The question really is, "Why is "Good" Credit Imperative?"

 

Good credit is imperative because it is your golden ticket to financial freedom for right NOW and it prepares the foundation for financial security LATER. Isn't that what we all seek?

 

In planning for tomorrow by improving your situation today, you can eliminate the risk of limited financial security for your retirement years. You don't want to work forever, and you shouldn't have to. You can take immediate action that will enable you to set yourself up for a more secure future by simply being wiser about how you manage your credit, your debts and your finances.

 

So what is the single first step we can take toward planning for a more secure future and retirement? It begins with ensuring that we put ourselves in a position in which we derive the very best value from every financial commitment we make. The best value means NOT spending hundreds or thousands of dollars on high interest rates for credit cards, auto loans and mortgages. You can literally save hundreds of dollars each and every month, from this day forward, by simply achieving and maintaining a credit score in the 700's. Take for instance a $300,000 30-year fixed home loan. Today, if your credit scores are below 700, you could be paying an additional $659 a month in nothing but interest. That is what the price of less than great credit costs you-an extra $7,908 a year, and a whopping $237,138 over the life of the loan. Wouldn't you rather put that money into your retirement nest egg?

 

So, now we know that less than perfect credit costs us huge sums of money, let's look at how we can position ourselves to get the best value from our financial commitments? Simple. We make sure that our Credit Scores are in the 700's at all times.

 

A quick education on the credit score.

 

Here's a little primer on how credit scores evolved. Developed in the 1950's by Fair Isaac & Co., credit scores hit mainstream use in the 1980's when three major credit bureaus, Experian, Equifax and TransUnion negotiated an agreement to create an objective and fair scoring system that would analyze all of your data, compare it with the way thousands of people pay their bills, and come up with a three digit number between 350 and 850 that indicates whether or not you are a good credit risk. As you probably guessed, the higher the number, the better your chances are of getting the loan at the best interest rate.

 

Today, credit scores are the No. 1 piece of data on which people are judged to determine whether or not they get approved for loans and how much interest they will pay for those loans. The good news is loan approval now only takes a few minutes. The bad news is that the credit score is now becoming widely used by not only the lending industry, but also by employers, utility companies, insurance companies and cell phone companies, and the list is growing every day.

 

A good score opens doors that will lead to abundant opportunities both for now and for a more secure future, and by having a complete understanding of what makes up a good score, you can start right now on the path to a higher credit score and a better financial life.

 

Some facts you should know.

 

What Is a "Good" Credit Score? Scores generally range between 350 and 850. A score of 720 or better is considered "Very Good" credit.

 

Why do the scores from the three credit bureaus vary? The three major credit bureaus, Experian, Equifax and TransUnion are for profit businesses, not government agencies. Their main business is collecting data about YOU from creditors and then reselling that data to lenders, employers, insurance companies, utility companies, and most recently to YOU, the consumer. Since these three companies are competitors, and DO NOT share data with one another, it is very common that the data they house in your file will differ because not all creditors report to all three bureaus. That explains the variance in the scores as each line item affects the score either up or down.

 

How many scores do I really have? When you go to apply for a loan, the scores the lender will pull will not be the same scores that you would receive from the bureaus. The reason for this is that lenders DO NOT buy their scores directly from the bureaus, but instead take the DATA ONLY from each bureau, enter it into their own scoring software and calculate their own scores based on the criteria they feel better evaluates whether or not you will be a good credit risk for their program. So all lenders calculate your scores using the same data from the three bureaus, but all lenders DO NOT use the same software to evaluate that data.

 

The potential for varying scores is great. You want to properly manage your credit to ensure that your scores are favorable under all scoring software models.

 

Do lenders use all three scores? Mortgage lenders use the middle of the three scores. All other creditors can use any one of the three.

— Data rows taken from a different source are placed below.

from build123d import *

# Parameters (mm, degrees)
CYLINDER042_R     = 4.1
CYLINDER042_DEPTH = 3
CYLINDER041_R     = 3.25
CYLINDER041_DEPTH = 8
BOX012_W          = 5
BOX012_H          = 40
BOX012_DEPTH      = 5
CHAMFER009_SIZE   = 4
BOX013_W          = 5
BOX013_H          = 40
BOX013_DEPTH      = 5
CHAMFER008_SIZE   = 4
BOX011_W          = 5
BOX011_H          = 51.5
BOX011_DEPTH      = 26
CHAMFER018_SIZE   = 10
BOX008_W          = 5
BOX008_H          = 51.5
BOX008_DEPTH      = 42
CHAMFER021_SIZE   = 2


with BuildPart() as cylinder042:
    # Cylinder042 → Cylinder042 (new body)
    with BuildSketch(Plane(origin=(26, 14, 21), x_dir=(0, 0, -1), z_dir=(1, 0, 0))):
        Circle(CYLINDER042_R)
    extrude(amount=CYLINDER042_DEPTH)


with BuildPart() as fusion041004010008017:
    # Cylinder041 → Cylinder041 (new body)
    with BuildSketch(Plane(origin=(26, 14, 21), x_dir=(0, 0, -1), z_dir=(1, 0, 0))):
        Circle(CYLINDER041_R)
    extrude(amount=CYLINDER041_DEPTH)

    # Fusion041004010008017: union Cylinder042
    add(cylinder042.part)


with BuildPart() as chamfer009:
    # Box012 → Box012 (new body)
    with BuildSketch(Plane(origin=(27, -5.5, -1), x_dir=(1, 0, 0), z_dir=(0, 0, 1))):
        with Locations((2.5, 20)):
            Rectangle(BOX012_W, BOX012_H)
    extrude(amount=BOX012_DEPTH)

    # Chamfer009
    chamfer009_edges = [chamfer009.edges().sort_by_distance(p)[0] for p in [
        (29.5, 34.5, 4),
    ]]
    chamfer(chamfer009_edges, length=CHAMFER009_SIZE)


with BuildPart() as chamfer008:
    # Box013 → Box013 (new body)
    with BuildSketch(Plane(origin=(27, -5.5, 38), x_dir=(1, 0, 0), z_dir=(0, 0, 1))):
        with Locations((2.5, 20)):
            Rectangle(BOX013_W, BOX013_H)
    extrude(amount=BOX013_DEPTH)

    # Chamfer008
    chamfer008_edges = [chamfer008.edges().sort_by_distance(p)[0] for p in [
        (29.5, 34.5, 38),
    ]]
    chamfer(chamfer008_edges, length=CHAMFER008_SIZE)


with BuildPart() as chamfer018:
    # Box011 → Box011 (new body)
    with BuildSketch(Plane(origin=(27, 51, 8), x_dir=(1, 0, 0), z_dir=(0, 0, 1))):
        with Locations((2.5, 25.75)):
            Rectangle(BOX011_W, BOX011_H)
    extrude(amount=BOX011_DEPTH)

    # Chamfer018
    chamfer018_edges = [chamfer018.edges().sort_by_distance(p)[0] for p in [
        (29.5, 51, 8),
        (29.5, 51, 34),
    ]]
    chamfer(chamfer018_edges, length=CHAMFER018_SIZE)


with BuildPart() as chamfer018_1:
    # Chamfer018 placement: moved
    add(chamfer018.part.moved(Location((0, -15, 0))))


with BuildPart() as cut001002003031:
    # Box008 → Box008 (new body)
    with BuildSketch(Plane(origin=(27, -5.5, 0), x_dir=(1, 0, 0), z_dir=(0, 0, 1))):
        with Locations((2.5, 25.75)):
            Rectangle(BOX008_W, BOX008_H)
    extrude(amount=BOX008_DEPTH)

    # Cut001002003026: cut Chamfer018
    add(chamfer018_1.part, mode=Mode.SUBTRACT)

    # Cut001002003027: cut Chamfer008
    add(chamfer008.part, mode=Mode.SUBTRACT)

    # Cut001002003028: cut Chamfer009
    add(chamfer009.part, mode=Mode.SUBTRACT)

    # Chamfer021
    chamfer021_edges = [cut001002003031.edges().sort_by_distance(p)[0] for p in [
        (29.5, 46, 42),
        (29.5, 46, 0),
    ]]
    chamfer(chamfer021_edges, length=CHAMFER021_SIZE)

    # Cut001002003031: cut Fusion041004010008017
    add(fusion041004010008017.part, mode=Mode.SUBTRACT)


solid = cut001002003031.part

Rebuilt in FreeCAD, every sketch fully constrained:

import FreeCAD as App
import Part
import Sketcher

V = App.Vector


def edges_at(feature, points):
    """Names of the edges that pass closest to the given points."""
    edges = feature.Shape.Edges
    near = lambda p: min(range(len(edges)), key=lambda i: edges[i].distToShape(Part.Vertex(*p))[0])
    return sorted({f"Edge{near(p) + 1}" for p in points})

doc = App.newDocument("Part")
body = doc.addObject("PartDesign::Body", "Body")

# Sketch on YZ plane
sketch1 = body.newObject("Sketcher::SketchObject", "Sketch")
sketch1.AttachmentSupport = (doc.getObject("YZ_Plane"), [""])
sketch1.MapMode = "FlatFace"
sketch1.AttachmentOffset = App.Placement(V(0, 0, 26), App.Rotation())
sketch1.addGeometry(Part.Circle(V(14, 21, 0), V(0, 0, 1), 4.1), False)
sketch1.addConstraint(Sketcher.Constraint("Diameter", 0, 8.2))
sketch1.addConstraint(Sketcher.Constraint("DistanceX", -1, 1, 0, 3, 14.0))
sketch1.addConstraint(Sketcher.Constraint("DistanceY", -1, 1, 0, 3, 21.0))
pad1 = body.newObject("PartDesign::Pad", "Pad")
pad1.Profile = sketch1
pad1.Length = 3
body2 = doc.addObject("PartDesign::Body", "Body001")

# Sketch on YZ plane
sketch2 = body2.newObject("Sketcher::SketchObject", "Sketch001")
sketch2.AttachmentSupport = (doc.getObject("YZ_Plane001"), [""])
sketch2.MapMode = "FlatFace"
sketch2.AttachmentOffset = App.Placement(V(0, 0, 26), App.Rotation())
sketch2.addGeometry(Part.Circle(V(14, 21, 0), V(0, 0, 1), 3.2), False)
sketch2.addConstraint(Sketcher.Constraint("Diameter", 0, 6.5))
sketch2.addConstraint(Sketcher.Constraint("DistanceX", -1, 1, 0, 3, 14.0))
sketch2.addConstraint(Sketcher.Constraint("DistanceY", -1, 1, 0, 3, 21.0))
pad2 = body2.newObject("PartDesign::Pad", "Pad001")
pad2.Profile = sketch2
pad2.Length = 8
doc.recompute()

boolean = body2.newObject("PartDesign::Boolean", "Boolean")
boolean.Type = "Fuse"
boolean.addObjects([body])
body3 = doc.addObject("PartDesign::Body", "Body002")

# Sketch on XY plane
sketch3 = body3.newObject("Sketcher::SketchObject", "Sketch002")
sketch3.AttachmentSupport = (doc.getObject("XY_Plane002"), [""])
sketch3.MapMode = "FlatFace"
sketch3.AttachmentOffset = App.Placement(V(0, 0, -1), App.Rotation())
sketch3.addGeometry(Part.LineSegment(V(27, 34, 0), V(27, -6, 0)), False)
sketch3.addGeometry(Part.LineSegment(V(27, -6, 0), V(32, -6, 0)), False)
sketch3.addGeometry(Part.LineSegment(V(32, -6, 0), V(32, 34, 0)), False)
sketch3.addGeometry(Part.LineSegment(V(32, 34, 0), V(27, 34, 0)), False)
sketch3.addConstraint(Sketcher.Constraint("Coincident", 0, 2, 1, 1))
sketch3.addConstraint(Sketcher.Constraint("Coincident", 1, 2, 2, 1))
sketch3.addConstraint(Sketcher.Constraint("Coincident", 2, 2, 3, 1))
sketch3.addConstraint(Sketcher.Constraint("Coincident", 3, 2, 0, 1))
sketch3.addConstraint(Sketcher.Constraint("Vertical", 0))
sketch3.addConstraint(Sketcher.Constraint("Horizontal", 1))
sketch3.addConstraint(Sketcher.Constraint("Vertical", 2))
sketch3.addConstraint(Sketcher.Constraint("Horizontal", 3))
sketch3.addConstraint(Sketcher.Constraint("DistanceX", 1, 1, 1, 2, 5.0))
sketch3.addConstraint(Sketcher.Constraint("DistanceY", 0, 2, 0, 1, 40.0))
sketch3.addConstraint(Sketcher.Constraint("DistanceX", -1, 1, 0, 2, 27.0))
sketch3.addConstraint(Sketcher.Constraint("DistanceY", 0, 2, -1, 1, 5.5))
pad3 = body3.newObject("PartDesign::Pad", "Pad002")
pad3.Profile = sketch3
pad3.Length = 5
doc.recompute()

chamfer = body3.newObject("PartDesign::Chamfer", "Chamfer")
chamfer.Base = (pad3, edges_at(pad3, [(29.5, 34.5, 4)]))
chamfer.Size = 4
body4 = doc.addObject("PartDesign::Body", "Body003")

# Sketch on XY plane
sketch4 = body4.newObject("Sketcher::SketchObject", "Sketch003")
sketch4.AttachmentSupport = (doc.getObject("XY_Plane003"), [""])
sketch4.MapMode = "FlatFace"
sketch4.AttachmentOffset = App.Placement(V(0, 0, 38), App.Rotation())
sketch4.addGeometry(Part.LineSegment(V(27, 34, 0), V(27, -6, 0)), False)
sketch4.addGeometry(Part.LineSegment(V(27, -6, 0), V(32, -6, 0)), False)
sketch4.addGeometry(Part.LineSegment(V(32, -6, 0), V(32, 34, 0)), False)
sketch4.addGeometry(Part.LineSegment(V(32, 34, 0), V(27, 34, 0)), False)
sketch4.addConstraint(Sketcher.Constraint("Coincident", 0, 2, 1, 1))
sketch4.addConstraint(Sketcher.Constraint("Coincident", 1, 2, 2, 1))
sketch4.addConstraint(Sketcher.Constraint("Coincident", 2, 2, 3, 1))
sketch4.addConstraint(Sketcher.Constraint("Coincident", 3, 2, 0, 1))
sketch4.addConstraint(Sketcher.Constraint("Vertical", 0))
sketch4.addConstraint(Sketcher.Constraint("Horizontal", 1))
sketch4.addConstraint(Sketcher.Constraint("Vertical", 2))
sketch4.addConstraint(Sketcher.Constraint("Horizontal", 3))
sketch4.addConstraint(Sketcher.Constraint("DistanceX", 1, 1, 1, 2, 5.0))
sketch4.addConstraint(Sketcher.Constraint("DistanceY", 0, 2, 0, 1, 40.0))
sketch4.addConstraint(Sketcher.Constraint("DistanceX", -1, 1, 0, 2, 27.0))
sketch4.addConstraint(Sketcher.Constraint("DistanceY", 0, 2, -1, 1, 5.5))
pad4 = body4.newObject("PartDesign::Pad", "Pad003")
pad4.Profile = sketch4
pad4.Length = 5
doc.recompute()

chamfer2 = body4.newObject("PartDesign::Chamfer", "Chamfer001")
chamfer2.Base = (pad4, edges_at(pad4, [(29.5, 34.5, 38)]))
chamfer2.Size = 4
body5 = doc.addObject("PartDesign::Body", "Body004")

# Sketch on XY plane
sketch5 = body5.newObject("Sketcher::SketchObject", "Sketch004")
sketch5.AttachmentSupport = (doc.getObject("XY_Plane004"), [""])
sketch5.MapMode = "FlatFace"
sketch5.AttachmentOffset = App.Placement(V(0, 0, 8), App.Rotation())
sketch5.addGeometry(Part.LineSegment(V(27, 102, 0), V(27, 51, 0)), False)
sketch5.addGeometry(Part.LineSegment(V(27, 51, 0), V(32, 51, 0)), False)
sketch5.addGeometry(Part.LineSegment(V(32, 51, 0), V(32, 102, 0)), False)
sketch5.addGeometry(Part.LineSegment(V(32, 102, 0), V(27, 102, 0)), False)
sketch5.addConstraint(Sketcher.Constraint("Coincident", 0, 2, 1, 1))
sketch5.addConstraint(Sketcher.Constraint("Coincident", 1, 2, 2, 1))
sketch5.addConstraint(Sketcher.Constraint("Coincident", 2, 2, 3, 1))
sketch5.addConstraint(Sketcher.Constraint("Coincident", 3, 2, 0, 1))
sketch5.addConstraint(Sketcher.Constraint("Vertical", 0))
sketch5.addConstraint(Sketcher.Constraint("Horizontal", 1))
sketch5.addConstraint(Sketcher.Constraint("Vertical", 2))
sketch5.addConstraint(Sketcher.Constraint("Horizontal", 3))
sketch5.addConstraint(Sketcher.Constraint("DistanceX", 1, 1, 1, 2, 5.0))
sketch5.addConstraint(Sketcher.Constraint("DistanceY", 0, 2, 0, 1, 51.5))
sketch5.addConstraint(Sketcher.Constraint("DistanceX", -1, 1, 0, 2, 27.0))
sketch5.addConstraint(Sketcher.Constraint("DistanceY", -1, 1, 0, 2, 51.0))
pad5 = body5.newObject("PartDesign::Pad", "Pad004")
pad5.Profile = sketch5
pad5.Length = 26
doc.recompute()

chamfer3 = body5.newObject("PartDesign::Chamfer", "Chamfer002")
chamfer3.Base = (pad5, edges_at(pad5, [(29.5, 51, 8), (29.5, 51, 34)]))
chamfer3.Size = 10
body6 = doc.addObject("PartDesign::Body", "Body005")
doc.recompute()

body5.Placement = App.Placement(V(0, -15, 0), App.Rotation(V(0, 0, 1), 0))
boolean2 = body6.newObject("PartDesign::Boolean", "Boolean001")
boolean2.Type = "Fuse"
boolean2.addObjects([body5])
body7 = doc.addObject("PartDesign::Body", "Body006")

# Sketch on XY plane
sketch6 = body7.newObject("Sketcher::SketchObject", "Sketch005")
sketch6.AttachmentSupport = (doc.getObject("XY_Plane006"), [""])
sketch6.MapMode = "FlatFace"
sketch6.addGeometry(Part.LineSegment(V(27, 46, 0), V(27, -6, 0)), False)
sketch6.addGeometry(Part.LineSegment(V(27, -6, 0), V(32, -6, 0)), False)
sketch6.addGeometry(Part.LineSegment(V(32, -6, 0), V(32, 46, 0)), False)
sketch6.addGeometry(Part.LineSegment(V(32, 46, 0), V(27, 46, 0)), False)
sketch6.addConstraint(Sketcher.Constraint("Coincident", 0, 2, 1, 1))
sketch6.addConstraint(Sketcher.Constraint("Coincident", 1, 2, 2, 1))
sketch6.addConstraint(Sketcher.Constraint("Coincident", 2, 2, 3, 1))
sketch6.addConstraint(Sketcher.Constraint("Coincident", 3, 2, 0, 1))
sketch6.addConstraint(Sketcher.Constraint("Vertical", 0))
sketch6.addConstraint(Sketcher.Constraint("Horizontal", 1))
sketch6.addConstraint(Sketcher.Constraint("Vertical", 2))
sketch6.addConstraint(Sketcher.Constraint("Horizontal", 3))
sketch6.addConstraint(Sketcher.Constraint("DistanceX", 1, 1, 1, 2, 5.0))
sketch6.addConstraint(Sketcher.Constraint("DistanceY", 0, 2, 0, 1, 51.5))
sketch6.addConstraint(Sketcher.Constraint("DistanceX", -1, 1, 0, 2, 27.0))
sketch6.addConstraint(Sketcher.Constraint("DistanceY", -1, 1, 2, 2, 46.0))
pad6 = body7.newObject("PartDesign::Pad", "Pad005")
pad6.Profile = sketch6
pad6.Length = 42
doc.recompute()

boolean3 = body7.newObject("PartDesign::Boolean", "Boolean002")
boolean3.Type = "Cut"
boolean3.addObjects([body6])
doc.recompute()

boolean4 = body7.newObject("PartDesign::Boolean", "Boolean003")
boolean4.Type = "Cut"
boolean4.addObjects([body4])
doc.recompute()

boolean5 = body7.newObject("PartDesign::Boolean", "Boolean004")
boolean5.Type = "Cut"
boolean5.addObjects([body3])
doc.recompute()

chamfer4 = body7.newObject("PartDesign::Chamfer", "Chamfer003")
chamfer4.Base = (boolean5, edges_at(boolean5, [(29.5, 46, 42), (29.5, 46, 0)]))
chamfer4.Size = 2
doc.recompute()

boolean6 = body7.newObject("PartDesign::Boolean", "Boolean005")
boolean6.Type = "Cut"
boolean6.addObjects([body2])

doc.recompute()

That is why it is important to keep all three scores maintained.

 

How fast can your credit score change? Your credit score can change whenever your credit report changes. And the good news is that once it changes, there is no memory of yesterday's score in the system. You don't have to worry about looking back as you move forward with improving your credit. Just remember, negative items will lower your score fast, but improving your score takes time. That is why it is important to check your scores all the time so that you will be prepared for the next opportunity.

 

What Goes Into Your Score? There are five factors that make up your credit score, and each factor weighs differently on your score. Here's the breakdown:

 

    * 35% of your score is based on Payment History: The biggest chunk of your credit score, payment history tells lenders how you have been paying your bills. Late payments, collections, past due accounts, and public records such as bankruptcies can seriously hurt your score. It is very important to not incur late payments on Mortgage Accounts. One 30-day late can cost you 50-75 points.

 

    * 30% of the score is based on Amounts Owed: The second biggest factor affecting your credit score, this factor takes into account how much is owed on all your accounts, how many accounts you have that carry a balance, and what percentage of your available credit are you using. Keep credit card balances under 50% of the available limit at all times, and when preparing to make a large purchase, bring those balances down to under 30% at least 3 months before applying for the loan.

 

    * 10% of the score is based on New Credit: This factor includes the number of recently opened accounts, the number of credit inquiries, and the time since each account was opened. This portion of the score also looks at how often you apply for credit. It is best when applying for a mortgage that you do not open or apply for new credit accounts. When shopping for a new mortgage or auto loan, it pays to plan ahead so that you do all of your shopping within a focused period of time. You can have your credit report pulled as many times as you want within a 14-day period when shopping for a mortgage or auto loan and it will only count as ONE hard inquiry.

 

    * 15% of the score is based on Length of Credit History: This factor scores you on how long you have had credit, the time since you opened an account and the time since recent account activity. While applying for a mortgage, consumers will want to leave open accounts they have had for a long time as it will help boost this portion of the score.

 

    

    *  10% of the score is based on Types of Credit Used: A mix of credit is the best way to develop a good score. The most important consideration is to be picky about the type of credit you apply for because that will really help your score. For instance, to the scoring system, third party financed credit cards (i.e. department store credit cards) are considered to be particularly low quality credit as the holder of such cards can appear desperate for credit. However, there is one exception to this rule, and that is that the scoring system considers Sears credit cards as a positive.

 

What Is Not In Your Score? Your race, color, religion, national origin, sex and marital status, age, salary, occupation, title, employment history, where you live, interest rates, child/family support obligations, rental agreements, soft inquiries, whether or not you are involved in a credit counseling program.

 

Can I Improve My Score?

 

Yes, there are specific and strategic steps you can take right now to start repairing your credit problems.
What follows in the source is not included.